BRASILIA, May 22 (Reuters) – Brazil’s government announced on Friday a fresh 22.1 billion reais ($4.40 billion) spending block to comply with an expenditure growth cap in its fiscal framework, adding to a 1.6 billion reais restraint unveiled two months ago.
In its bimonthly revenue and expenditure report, the government said the total 23.7 billion reais spending block was required due to rising mandatory expenditures, notably higher social benefits, pension and payroll costs, which have squeezed available room under the cap and forced restraints on other outlays.
Under Brazil’s budget law, overall spending is capped at growth of up to 2.5% above inflation this year.
In the report, the Finance and Planning ministries also projected a primary budget deficit of 60.3 billion reais this year, compared with a 59.8 billion reais shortfall estimated in March.

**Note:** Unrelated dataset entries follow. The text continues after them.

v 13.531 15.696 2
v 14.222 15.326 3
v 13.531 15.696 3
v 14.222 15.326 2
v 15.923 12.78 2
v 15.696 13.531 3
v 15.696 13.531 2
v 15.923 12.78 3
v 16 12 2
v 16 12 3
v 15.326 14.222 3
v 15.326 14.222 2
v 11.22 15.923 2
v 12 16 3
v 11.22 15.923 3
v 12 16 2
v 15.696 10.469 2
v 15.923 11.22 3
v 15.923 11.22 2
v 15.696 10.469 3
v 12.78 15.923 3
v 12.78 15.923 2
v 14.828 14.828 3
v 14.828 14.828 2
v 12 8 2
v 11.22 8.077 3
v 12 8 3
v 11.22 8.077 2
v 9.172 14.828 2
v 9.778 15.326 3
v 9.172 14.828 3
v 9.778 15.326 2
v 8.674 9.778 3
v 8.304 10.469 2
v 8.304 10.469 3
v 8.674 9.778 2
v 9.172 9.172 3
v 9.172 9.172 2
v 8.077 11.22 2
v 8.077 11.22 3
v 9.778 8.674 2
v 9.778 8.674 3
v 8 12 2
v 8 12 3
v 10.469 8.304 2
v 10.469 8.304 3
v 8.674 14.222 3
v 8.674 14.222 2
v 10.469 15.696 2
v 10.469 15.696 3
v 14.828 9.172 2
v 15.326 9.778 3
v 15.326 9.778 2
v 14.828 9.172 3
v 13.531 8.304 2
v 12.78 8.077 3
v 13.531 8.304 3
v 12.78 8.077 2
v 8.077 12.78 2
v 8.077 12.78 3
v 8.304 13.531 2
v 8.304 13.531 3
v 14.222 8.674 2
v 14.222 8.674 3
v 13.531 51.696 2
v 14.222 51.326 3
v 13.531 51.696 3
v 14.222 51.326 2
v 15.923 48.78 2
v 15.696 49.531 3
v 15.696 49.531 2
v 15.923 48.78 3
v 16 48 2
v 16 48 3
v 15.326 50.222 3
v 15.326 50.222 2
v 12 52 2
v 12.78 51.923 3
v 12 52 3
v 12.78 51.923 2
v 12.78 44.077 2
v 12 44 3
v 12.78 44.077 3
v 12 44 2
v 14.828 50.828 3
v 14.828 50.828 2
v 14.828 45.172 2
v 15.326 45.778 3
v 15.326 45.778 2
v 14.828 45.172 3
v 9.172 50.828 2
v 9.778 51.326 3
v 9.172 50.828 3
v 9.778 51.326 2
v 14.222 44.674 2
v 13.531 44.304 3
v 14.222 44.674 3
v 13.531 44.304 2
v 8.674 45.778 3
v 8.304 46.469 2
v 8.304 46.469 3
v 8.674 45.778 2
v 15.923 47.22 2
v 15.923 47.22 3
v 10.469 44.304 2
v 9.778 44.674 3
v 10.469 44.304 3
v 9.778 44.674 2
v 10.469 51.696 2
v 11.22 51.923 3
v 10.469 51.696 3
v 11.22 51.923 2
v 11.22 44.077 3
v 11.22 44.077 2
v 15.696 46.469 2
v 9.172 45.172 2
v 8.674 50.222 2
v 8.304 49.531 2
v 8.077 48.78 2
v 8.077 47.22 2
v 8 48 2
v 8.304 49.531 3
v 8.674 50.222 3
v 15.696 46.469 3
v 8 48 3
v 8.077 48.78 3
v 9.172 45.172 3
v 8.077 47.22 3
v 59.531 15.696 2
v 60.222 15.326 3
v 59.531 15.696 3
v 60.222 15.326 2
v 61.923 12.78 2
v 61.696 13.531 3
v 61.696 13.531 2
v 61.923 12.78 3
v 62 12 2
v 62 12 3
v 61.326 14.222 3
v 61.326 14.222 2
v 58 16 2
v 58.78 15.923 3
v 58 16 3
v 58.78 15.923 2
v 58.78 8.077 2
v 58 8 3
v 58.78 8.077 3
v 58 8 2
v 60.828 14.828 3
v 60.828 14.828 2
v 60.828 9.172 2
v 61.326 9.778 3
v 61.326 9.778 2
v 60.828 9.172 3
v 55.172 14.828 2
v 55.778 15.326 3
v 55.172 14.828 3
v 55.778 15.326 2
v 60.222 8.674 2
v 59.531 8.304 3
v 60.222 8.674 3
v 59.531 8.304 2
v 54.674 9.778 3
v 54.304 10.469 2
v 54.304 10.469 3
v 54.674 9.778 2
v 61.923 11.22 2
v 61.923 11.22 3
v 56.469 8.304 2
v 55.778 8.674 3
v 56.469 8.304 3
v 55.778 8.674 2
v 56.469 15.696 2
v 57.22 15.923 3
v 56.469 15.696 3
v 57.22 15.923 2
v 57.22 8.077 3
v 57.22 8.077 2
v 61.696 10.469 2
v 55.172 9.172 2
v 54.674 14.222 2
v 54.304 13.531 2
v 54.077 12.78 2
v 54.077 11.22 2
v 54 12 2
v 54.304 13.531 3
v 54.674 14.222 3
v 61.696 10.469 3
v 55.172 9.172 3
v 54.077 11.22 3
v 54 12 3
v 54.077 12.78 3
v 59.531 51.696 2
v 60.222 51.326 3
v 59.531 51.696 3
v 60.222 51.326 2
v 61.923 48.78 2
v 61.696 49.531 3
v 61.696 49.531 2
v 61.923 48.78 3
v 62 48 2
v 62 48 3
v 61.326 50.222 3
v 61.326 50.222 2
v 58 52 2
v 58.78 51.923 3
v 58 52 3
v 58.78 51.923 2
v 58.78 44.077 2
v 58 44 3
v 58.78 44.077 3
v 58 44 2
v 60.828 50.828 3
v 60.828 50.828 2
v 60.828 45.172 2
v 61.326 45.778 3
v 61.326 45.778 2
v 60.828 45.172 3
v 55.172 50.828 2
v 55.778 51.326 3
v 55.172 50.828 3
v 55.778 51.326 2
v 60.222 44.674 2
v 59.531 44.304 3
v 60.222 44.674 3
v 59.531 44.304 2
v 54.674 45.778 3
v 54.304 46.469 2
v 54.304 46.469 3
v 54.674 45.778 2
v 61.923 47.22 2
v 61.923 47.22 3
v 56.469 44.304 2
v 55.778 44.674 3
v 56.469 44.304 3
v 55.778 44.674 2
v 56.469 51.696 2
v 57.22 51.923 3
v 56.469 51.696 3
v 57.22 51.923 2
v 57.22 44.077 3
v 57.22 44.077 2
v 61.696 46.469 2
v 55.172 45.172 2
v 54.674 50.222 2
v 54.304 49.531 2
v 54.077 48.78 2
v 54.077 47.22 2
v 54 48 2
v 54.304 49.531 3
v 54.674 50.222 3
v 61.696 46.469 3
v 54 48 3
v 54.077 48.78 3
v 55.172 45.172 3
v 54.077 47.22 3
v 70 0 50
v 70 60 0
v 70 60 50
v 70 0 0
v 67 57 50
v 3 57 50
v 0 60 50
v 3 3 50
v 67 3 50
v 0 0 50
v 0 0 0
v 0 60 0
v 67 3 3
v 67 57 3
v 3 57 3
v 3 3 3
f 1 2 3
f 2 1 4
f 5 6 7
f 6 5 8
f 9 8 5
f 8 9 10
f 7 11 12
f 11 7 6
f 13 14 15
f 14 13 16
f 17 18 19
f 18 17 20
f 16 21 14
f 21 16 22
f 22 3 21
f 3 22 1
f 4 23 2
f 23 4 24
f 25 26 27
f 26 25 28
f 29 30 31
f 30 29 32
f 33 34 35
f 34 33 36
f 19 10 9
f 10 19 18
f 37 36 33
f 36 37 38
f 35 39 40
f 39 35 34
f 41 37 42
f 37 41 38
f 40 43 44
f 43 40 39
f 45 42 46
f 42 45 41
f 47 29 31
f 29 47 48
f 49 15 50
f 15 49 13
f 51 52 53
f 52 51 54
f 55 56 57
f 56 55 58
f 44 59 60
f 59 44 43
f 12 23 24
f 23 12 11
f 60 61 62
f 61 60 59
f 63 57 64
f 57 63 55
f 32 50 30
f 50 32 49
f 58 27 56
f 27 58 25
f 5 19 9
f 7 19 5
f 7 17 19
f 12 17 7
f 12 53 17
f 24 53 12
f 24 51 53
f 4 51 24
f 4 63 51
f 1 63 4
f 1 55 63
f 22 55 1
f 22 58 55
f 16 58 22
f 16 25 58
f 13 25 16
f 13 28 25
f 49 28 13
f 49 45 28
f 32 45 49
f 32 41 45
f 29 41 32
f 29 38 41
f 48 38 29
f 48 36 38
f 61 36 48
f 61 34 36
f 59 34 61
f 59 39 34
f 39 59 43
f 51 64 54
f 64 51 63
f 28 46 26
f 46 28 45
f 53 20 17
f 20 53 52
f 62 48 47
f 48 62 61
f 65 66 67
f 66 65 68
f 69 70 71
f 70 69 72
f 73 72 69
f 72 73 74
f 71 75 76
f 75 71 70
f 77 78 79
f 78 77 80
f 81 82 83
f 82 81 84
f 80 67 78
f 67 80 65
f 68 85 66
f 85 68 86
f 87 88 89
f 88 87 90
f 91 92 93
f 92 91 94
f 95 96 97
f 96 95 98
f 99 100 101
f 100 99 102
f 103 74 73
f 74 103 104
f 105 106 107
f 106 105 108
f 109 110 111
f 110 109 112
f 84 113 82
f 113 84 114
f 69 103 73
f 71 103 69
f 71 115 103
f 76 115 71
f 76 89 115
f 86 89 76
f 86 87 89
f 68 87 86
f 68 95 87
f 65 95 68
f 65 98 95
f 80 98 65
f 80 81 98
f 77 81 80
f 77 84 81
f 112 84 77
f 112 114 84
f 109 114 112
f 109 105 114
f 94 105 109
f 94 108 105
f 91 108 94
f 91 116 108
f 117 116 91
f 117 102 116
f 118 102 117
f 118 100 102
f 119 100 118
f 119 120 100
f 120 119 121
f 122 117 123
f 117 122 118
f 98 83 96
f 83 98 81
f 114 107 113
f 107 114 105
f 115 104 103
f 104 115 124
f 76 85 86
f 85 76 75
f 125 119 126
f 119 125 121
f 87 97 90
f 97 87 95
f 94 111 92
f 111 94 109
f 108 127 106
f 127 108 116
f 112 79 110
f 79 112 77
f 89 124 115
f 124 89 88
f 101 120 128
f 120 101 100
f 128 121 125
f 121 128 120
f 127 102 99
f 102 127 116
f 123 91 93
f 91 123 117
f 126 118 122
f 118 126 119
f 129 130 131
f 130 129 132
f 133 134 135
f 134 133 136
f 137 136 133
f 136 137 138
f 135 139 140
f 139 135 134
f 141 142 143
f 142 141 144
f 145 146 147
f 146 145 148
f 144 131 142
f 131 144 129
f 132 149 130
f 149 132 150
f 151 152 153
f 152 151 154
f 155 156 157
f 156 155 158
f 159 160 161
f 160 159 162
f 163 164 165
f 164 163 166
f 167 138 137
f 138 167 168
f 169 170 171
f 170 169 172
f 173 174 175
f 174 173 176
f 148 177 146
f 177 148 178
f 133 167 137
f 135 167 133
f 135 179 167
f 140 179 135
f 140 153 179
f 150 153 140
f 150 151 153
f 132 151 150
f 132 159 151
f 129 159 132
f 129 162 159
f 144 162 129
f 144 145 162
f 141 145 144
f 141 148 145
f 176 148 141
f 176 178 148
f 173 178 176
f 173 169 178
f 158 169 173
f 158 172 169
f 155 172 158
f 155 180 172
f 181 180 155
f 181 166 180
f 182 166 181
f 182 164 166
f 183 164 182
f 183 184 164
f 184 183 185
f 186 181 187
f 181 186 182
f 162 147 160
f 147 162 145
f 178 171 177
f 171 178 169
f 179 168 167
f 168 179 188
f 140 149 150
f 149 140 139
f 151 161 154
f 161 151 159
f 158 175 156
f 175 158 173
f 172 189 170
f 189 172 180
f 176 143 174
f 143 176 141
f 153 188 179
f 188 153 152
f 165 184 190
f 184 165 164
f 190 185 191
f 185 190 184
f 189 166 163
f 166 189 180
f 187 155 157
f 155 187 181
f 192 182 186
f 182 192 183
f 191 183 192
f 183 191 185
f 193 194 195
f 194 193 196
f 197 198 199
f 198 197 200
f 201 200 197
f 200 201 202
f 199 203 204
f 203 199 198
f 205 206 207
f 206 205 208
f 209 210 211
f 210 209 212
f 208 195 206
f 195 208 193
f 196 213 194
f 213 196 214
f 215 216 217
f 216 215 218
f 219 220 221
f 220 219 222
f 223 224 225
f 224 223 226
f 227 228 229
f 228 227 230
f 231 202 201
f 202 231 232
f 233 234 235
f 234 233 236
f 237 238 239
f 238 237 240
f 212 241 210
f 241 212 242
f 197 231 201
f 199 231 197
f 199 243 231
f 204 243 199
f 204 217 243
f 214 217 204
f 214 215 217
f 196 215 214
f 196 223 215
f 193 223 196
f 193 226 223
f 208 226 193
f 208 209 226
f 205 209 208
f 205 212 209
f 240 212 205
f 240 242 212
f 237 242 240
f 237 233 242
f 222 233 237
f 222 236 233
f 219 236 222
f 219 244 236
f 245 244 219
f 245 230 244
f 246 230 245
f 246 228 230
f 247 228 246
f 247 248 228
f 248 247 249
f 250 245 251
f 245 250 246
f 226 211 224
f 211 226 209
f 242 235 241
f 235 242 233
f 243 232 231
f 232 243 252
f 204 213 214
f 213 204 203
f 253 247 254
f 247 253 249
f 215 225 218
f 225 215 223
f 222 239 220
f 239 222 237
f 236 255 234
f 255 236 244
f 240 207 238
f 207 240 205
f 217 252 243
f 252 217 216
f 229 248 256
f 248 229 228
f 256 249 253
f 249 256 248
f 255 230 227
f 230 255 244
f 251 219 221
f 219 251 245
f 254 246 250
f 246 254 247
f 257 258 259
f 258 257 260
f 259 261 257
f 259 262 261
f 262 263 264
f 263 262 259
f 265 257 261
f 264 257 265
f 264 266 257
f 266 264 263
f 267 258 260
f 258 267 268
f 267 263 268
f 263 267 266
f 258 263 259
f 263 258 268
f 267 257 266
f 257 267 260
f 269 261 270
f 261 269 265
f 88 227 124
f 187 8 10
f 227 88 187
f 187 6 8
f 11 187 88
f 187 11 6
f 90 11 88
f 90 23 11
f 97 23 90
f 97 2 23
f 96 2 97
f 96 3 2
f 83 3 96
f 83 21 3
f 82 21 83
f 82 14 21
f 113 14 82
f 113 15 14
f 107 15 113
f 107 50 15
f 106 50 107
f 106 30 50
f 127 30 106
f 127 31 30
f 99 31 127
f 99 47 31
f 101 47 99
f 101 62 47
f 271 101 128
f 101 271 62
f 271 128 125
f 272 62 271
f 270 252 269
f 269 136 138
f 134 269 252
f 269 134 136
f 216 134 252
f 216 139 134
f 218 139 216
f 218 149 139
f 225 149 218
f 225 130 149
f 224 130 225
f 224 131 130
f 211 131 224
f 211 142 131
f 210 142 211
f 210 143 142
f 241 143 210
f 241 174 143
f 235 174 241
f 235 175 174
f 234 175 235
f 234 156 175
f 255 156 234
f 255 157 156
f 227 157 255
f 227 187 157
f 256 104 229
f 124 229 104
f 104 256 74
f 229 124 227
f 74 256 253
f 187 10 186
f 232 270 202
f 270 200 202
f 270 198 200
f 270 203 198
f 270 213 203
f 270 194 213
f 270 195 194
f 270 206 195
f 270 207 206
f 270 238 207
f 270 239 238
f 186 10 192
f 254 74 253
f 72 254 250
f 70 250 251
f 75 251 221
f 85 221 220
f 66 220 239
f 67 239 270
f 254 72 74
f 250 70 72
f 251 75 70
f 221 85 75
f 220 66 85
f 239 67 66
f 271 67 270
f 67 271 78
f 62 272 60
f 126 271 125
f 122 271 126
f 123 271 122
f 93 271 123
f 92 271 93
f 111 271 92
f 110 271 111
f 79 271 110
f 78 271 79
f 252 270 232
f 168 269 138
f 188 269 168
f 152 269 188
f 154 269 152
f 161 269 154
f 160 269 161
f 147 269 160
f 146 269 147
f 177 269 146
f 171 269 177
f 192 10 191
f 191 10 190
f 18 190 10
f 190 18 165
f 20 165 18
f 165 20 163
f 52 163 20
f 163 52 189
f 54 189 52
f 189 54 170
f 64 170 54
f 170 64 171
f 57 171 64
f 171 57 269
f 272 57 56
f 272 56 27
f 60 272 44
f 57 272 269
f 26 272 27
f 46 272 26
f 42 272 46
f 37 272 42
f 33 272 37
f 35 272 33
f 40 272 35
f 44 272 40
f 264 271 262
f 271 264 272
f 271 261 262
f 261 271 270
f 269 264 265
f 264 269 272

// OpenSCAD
$fn = 32;

// ----------------------------------------------------------------------
// Enclosure box: bosses enclosure
// ----------------------------------------------------------------------

// --- parameters (mm) ---
box_l = 70;               // outer length, X
box_w = 60;               // outer width, Y
box_h = 50;               // outer height
wall_t = 3;               // wall thickness
boss_r = 4;               // corner boss radius
hole_r = 2;               // boss screw hole radius
boss_in = 12;             // boss inset from the corners
fit_tol = 0.05;           // tolerance for press fits, mm
free_tol = 0.3;           // tolerance for clearance fits, mm

inner_h = box_h - wall_t;  // cavity depth
boss_h = inner_h - 2;  // corner boss height

difference() {
  cube([box_l, box_w, box_h]);
  translate([wall_t, wall_t, wall_t])
    cube([box_l - 2 * wall_t, box_w - 2 * wall_t, box_h]);
  for (sx = [0, 1], sy = [0, 1])
    translate([sx ? box_l - boss_in : boss_in,
               sy ? box_w - boss_in : boss_in, wall_t - 1]) {
      cylinder(r = boss_r, h = boss_h);
      translate([0, 0, boss_h - 4])
        cylinder(r = hole_r, h = 5);
    }
}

The projected primary deficit corresponds to 0.44% of gross domestic product (GDP), versus a full-year target of 0.25% of GDP primary surplus.

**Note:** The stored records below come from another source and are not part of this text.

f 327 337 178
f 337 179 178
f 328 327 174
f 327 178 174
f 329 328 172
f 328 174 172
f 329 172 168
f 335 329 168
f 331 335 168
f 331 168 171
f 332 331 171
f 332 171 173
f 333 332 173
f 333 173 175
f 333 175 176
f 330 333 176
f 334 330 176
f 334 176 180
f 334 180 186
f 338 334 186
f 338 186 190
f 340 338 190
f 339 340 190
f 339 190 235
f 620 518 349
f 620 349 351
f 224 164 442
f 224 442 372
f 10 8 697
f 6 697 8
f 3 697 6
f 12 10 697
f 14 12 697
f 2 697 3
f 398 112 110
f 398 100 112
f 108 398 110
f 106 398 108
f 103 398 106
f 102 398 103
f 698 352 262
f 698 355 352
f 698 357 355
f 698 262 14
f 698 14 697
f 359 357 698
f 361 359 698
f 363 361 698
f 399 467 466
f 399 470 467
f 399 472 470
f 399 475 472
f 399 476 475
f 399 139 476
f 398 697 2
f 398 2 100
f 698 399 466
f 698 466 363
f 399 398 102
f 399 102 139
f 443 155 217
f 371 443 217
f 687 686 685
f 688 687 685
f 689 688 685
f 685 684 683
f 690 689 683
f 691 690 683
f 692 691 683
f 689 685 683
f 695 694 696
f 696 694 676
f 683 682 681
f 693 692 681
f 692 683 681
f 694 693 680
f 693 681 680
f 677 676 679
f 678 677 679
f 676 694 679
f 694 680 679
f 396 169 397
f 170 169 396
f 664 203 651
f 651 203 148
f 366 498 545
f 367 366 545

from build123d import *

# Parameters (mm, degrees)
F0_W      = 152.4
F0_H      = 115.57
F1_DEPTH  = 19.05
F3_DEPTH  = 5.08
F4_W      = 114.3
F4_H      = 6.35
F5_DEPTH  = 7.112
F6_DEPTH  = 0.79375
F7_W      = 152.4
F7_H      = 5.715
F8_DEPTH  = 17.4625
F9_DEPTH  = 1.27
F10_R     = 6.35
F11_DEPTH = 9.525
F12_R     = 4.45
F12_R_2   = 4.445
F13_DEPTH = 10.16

Under Brazil’s budget rules, however, the government can exclude certain expenditures, most notably part of its large stock of court-ordered payments, when measuring compliance with the fiscal target.
After these adjustments, the government now expects to post a primary surplus of 4.1 billion reais, up from a prior estimate of 3.5 billion reais, roughly flat in GDP terms and consistent with the goal, which allows a tolerance band of 0.25% of GDP in either direction.